Remarkably, disabling a single component does not reduce the number of \({\textbf {unsat}} \)’s significantly. Thus, we also evaluated configurations where all components were disabled, so that \(\textsf {exp}\) is just an uninterpreted function. This reduces the number of \({\textbf {sat}} \) results dramatically, but most \({\textbf {unsat}} \) instances can still be solved. Hence, most of them do not require reasoning about exponentials, so it would be interesting to obtain instances where proving \({\textbf {unsat}} \) is more challenging.

The runtime of SwInE can be seen in Figs. 1, 2, 3, and 4. Most instances can be solved in a fraction of a second, as desired for our use case.
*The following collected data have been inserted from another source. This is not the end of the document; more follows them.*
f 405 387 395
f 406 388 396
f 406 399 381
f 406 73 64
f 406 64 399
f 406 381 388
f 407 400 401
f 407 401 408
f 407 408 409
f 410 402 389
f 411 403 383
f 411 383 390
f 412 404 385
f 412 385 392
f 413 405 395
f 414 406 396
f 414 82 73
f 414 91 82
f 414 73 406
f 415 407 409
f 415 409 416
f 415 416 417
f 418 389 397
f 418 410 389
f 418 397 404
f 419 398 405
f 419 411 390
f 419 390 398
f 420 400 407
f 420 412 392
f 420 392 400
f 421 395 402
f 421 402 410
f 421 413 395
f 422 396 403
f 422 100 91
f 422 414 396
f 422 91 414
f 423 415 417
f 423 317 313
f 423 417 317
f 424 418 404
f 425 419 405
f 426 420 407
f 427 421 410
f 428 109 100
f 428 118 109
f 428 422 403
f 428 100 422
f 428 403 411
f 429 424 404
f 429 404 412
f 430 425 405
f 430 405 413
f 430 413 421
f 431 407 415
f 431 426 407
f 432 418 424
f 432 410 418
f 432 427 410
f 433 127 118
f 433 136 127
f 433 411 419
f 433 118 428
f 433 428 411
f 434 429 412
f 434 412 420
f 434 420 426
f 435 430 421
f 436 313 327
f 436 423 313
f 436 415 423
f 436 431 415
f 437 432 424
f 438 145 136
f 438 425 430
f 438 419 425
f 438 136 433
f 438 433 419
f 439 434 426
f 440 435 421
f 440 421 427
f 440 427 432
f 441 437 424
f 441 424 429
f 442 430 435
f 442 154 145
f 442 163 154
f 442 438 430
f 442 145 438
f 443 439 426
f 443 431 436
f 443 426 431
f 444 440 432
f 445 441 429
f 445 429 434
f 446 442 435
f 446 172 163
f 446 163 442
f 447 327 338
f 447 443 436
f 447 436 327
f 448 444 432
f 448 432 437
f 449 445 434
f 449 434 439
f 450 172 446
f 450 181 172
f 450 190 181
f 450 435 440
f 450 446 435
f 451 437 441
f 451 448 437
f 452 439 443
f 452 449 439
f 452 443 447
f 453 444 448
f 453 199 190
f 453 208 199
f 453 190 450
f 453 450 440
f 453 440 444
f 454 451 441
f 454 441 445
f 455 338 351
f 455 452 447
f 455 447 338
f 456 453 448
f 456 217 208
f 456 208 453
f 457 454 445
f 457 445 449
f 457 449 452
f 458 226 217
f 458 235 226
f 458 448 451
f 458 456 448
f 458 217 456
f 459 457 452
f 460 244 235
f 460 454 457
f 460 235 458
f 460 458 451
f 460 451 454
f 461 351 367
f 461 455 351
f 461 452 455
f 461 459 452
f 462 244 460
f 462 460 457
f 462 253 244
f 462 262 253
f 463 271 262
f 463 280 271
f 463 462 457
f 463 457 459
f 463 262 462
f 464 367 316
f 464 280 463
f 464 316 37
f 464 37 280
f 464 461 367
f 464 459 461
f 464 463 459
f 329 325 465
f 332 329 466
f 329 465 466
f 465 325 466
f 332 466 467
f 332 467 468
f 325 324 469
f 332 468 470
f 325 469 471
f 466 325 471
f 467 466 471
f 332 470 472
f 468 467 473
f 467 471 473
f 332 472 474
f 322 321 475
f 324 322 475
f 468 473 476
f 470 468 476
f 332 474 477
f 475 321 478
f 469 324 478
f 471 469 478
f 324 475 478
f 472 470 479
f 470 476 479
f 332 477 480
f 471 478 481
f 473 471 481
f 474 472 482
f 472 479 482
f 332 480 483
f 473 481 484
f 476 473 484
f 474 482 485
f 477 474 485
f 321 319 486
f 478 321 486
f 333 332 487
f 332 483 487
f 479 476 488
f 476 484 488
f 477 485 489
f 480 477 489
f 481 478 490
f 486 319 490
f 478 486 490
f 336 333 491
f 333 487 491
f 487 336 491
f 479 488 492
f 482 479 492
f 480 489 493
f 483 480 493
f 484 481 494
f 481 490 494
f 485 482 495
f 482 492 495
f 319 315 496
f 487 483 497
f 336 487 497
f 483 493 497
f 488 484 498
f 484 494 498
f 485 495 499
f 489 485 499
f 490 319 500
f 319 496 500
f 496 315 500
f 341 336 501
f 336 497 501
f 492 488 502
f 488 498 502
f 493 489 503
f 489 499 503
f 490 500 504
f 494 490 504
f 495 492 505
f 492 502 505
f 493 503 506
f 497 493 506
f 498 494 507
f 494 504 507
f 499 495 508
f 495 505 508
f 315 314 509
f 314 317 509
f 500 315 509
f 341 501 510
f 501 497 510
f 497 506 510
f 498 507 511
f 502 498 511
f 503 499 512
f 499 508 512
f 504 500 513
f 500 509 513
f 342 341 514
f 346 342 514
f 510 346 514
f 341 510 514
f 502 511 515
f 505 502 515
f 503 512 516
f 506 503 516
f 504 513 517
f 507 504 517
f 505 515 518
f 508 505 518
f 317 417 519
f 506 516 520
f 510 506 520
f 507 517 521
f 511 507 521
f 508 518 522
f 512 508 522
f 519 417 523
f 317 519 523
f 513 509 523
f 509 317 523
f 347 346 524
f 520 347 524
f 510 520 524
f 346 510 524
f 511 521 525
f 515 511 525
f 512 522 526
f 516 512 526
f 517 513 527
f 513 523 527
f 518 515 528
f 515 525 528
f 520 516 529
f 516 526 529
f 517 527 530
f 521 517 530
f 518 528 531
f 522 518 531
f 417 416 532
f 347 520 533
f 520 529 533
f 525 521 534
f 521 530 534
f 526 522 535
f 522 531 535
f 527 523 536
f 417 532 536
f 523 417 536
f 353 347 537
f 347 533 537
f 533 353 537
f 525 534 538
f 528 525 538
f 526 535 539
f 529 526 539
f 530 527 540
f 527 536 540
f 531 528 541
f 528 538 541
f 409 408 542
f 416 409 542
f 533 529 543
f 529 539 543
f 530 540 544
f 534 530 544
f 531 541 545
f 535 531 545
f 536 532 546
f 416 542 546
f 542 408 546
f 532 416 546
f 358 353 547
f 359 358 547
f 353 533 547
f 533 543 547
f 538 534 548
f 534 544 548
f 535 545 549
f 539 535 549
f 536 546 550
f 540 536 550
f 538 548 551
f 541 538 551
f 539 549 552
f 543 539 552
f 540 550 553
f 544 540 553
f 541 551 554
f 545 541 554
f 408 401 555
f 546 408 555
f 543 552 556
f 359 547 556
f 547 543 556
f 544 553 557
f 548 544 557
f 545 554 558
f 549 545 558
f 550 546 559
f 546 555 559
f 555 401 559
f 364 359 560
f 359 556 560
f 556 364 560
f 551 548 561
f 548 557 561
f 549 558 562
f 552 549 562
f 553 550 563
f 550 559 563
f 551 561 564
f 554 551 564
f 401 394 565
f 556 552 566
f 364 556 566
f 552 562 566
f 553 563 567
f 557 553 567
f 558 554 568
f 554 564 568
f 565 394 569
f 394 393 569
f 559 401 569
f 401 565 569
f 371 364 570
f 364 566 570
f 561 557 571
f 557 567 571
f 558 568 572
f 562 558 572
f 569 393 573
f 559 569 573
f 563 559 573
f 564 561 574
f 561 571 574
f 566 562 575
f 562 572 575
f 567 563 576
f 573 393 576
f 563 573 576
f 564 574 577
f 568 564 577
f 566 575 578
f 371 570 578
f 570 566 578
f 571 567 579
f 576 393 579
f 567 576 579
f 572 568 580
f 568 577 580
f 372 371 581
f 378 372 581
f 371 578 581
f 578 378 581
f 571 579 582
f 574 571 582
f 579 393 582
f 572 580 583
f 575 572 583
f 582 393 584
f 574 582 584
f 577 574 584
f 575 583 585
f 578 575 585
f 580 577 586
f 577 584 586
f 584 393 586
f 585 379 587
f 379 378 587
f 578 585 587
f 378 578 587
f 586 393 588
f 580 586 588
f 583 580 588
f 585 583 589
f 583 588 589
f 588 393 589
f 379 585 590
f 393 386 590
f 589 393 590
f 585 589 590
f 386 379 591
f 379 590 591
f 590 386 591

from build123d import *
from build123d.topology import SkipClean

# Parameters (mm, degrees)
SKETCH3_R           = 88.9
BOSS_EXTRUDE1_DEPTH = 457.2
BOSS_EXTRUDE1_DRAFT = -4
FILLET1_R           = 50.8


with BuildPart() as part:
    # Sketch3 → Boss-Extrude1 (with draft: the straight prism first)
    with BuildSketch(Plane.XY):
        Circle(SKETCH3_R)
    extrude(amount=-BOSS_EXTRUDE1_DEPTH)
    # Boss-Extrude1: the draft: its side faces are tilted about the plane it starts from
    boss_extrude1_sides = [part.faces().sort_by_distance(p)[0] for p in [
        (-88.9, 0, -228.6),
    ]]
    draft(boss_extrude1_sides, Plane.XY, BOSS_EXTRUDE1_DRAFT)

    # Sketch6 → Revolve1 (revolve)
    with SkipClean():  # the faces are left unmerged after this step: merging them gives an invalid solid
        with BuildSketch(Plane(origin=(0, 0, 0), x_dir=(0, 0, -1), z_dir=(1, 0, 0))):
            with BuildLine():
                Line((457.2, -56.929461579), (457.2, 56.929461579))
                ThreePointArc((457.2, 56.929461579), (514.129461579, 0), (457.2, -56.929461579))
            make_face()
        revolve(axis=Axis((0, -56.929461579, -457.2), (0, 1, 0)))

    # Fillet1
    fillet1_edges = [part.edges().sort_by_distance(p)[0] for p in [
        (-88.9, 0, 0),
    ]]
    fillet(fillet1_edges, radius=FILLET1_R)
Moreover, CVC5 can solve more instances in the first half second, but Z3 can solve more instances later on. We refer to [22] for more details on our evaluation.

Validation. We implemented sanity checks for both \({\textbf {sat}} \) and \({\textbf {unsat}} \) results. For \({\textbf {sat}} \), we evaluate the input problem using \(\text {EIA}\) semantics for \(\textsf {exp}\), and the current model for all variables. For \({\textbf {unsat}} \), assume that the input problem \(\varphi \) contains the subterms \(\textsf {exp}(s_0,t_0),\ldots ,\textsf {exp}(s_n,t_n)\). Then we enumerate all SMT problems

$$ \textstyle \varphi \wedge \bigwedge _{i = 0}^n t_i = c_i \wedge \textsf {exp}(s_i,t_i) = s_i^{c_i} \qquad \text {where } c_1,\ldots ,c_n \in [0 .. \ k] \text { for some } k \in \mathbb {N}$$

(we used \(k=10\)). If any of them is satisfiable in \(\text {NIA}\), then \(\varphi \) is satisfiable in \(\text {EIA}\). None of these checks revealed any problems.

7 Conclusion

We presented the novel SMT theory \(\text {EIA}\), which extends the theory non-linear integer arithmetic with integer exponentiation. Moreover, inspired by incremental linearization for similar extensions of non-linear real arithmetic, we developed a CEGAR approach to solve \(\text {EIA}\) problems. The core idea of our approach is to regard exponentiation as an uninterpreted function and to eliminate counterexamples, i.e., models that violate the semantics of exponentiation, by generating suitable lemmas. Here, the use of bilinear interpolation turned out to be crucial, both in practice (see our evaluation in Sect. 6) and in theory, as interpolation lemmas are essential for being able to eliminate any counterexample (see Theorem 23). Finally, we evaluated the implementation of our approach in our novel tool SwInE on thousands of \(\text {EIA}\) problems that were synthesized from verification tasks using our verification tool LoAT. Our evaluation shows that SwInE is highly effective for our use case, i.e., as backend for LoAT. Hence, we will couple SwInE and LoAT in future work.

With SwInE, we provide an SMT-LIB compliant open-source solver for \(\text {EIA}\) [23]. In this way, we hope to attract users with applications that give rise to challenging benchmarks, as our evaluation suggests that our benchmarks are relatively easy to solve. Moreover, we hope that other solvers with support for integer exponentiation will follow, with the ultimate goal of standardizing \(\text {EIA}\).